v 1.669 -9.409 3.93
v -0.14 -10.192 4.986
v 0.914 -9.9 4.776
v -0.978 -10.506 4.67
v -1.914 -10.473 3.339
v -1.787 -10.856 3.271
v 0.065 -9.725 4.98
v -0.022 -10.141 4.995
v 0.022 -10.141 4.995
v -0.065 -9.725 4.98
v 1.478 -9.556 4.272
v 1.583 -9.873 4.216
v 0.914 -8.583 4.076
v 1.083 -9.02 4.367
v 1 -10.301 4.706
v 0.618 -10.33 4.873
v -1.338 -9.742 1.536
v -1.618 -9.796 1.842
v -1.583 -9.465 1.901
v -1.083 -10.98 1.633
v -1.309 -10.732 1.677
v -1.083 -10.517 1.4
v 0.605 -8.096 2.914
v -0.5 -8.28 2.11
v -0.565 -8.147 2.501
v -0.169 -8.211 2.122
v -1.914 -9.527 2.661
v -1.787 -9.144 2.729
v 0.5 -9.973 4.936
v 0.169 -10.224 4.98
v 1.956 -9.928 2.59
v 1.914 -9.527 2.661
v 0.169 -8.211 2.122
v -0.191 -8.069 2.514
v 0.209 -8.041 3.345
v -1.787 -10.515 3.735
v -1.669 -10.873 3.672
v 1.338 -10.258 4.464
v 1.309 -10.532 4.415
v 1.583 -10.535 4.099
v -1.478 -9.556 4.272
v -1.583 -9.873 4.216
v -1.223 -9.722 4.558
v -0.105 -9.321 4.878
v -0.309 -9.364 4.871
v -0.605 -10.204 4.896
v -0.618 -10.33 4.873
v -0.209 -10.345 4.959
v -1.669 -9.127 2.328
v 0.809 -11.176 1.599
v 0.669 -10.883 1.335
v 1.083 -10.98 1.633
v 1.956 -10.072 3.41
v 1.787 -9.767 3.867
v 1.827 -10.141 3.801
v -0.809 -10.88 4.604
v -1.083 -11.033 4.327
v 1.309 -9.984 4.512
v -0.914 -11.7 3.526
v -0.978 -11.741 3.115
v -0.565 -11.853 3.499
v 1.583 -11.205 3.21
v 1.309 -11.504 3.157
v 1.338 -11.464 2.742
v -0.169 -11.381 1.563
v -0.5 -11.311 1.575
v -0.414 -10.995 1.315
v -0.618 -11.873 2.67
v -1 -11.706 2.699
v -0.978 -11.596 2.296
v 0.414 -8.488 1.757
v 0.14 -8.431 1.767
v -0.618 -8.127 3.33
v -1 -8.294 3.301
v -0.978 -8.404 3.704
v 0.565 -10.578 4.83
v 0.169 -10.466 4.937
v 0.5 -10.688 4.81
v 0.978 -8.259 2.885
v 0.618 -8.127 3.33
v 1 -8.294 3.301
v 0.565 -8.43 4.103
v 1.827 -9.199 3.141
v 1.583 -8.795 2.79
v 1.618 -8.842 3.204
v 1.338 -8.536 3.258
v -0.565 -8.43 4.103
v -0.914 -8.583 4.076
==================================================
Write down again, exactly as given, only the lines above that fall from the line with "v -1.787 -10.515 3.735" to the line with "v 0.809 -11.176 1.599", inclusive.

v -1.787 -10.515 3.735
v -1.669 -10.873 3.672
v 1.338 -10.258 4.464
v 1.309 -10.532 4.415
v 1.583 -10.535 4.099
v -1.478 -9.556 4.272
v -1.583 -9.873 4.216
v -1.223 -9.722 4.558
v -0.105 -9.321 4.878
v -0.309 -9.364 4.871
v -0.605 -10.204 4.896
v -0.618 -10.33 4.873
v -0.209 -10.345 4.959
v -1.669 -9.127 2.328
v 0.809 -11.176 1.599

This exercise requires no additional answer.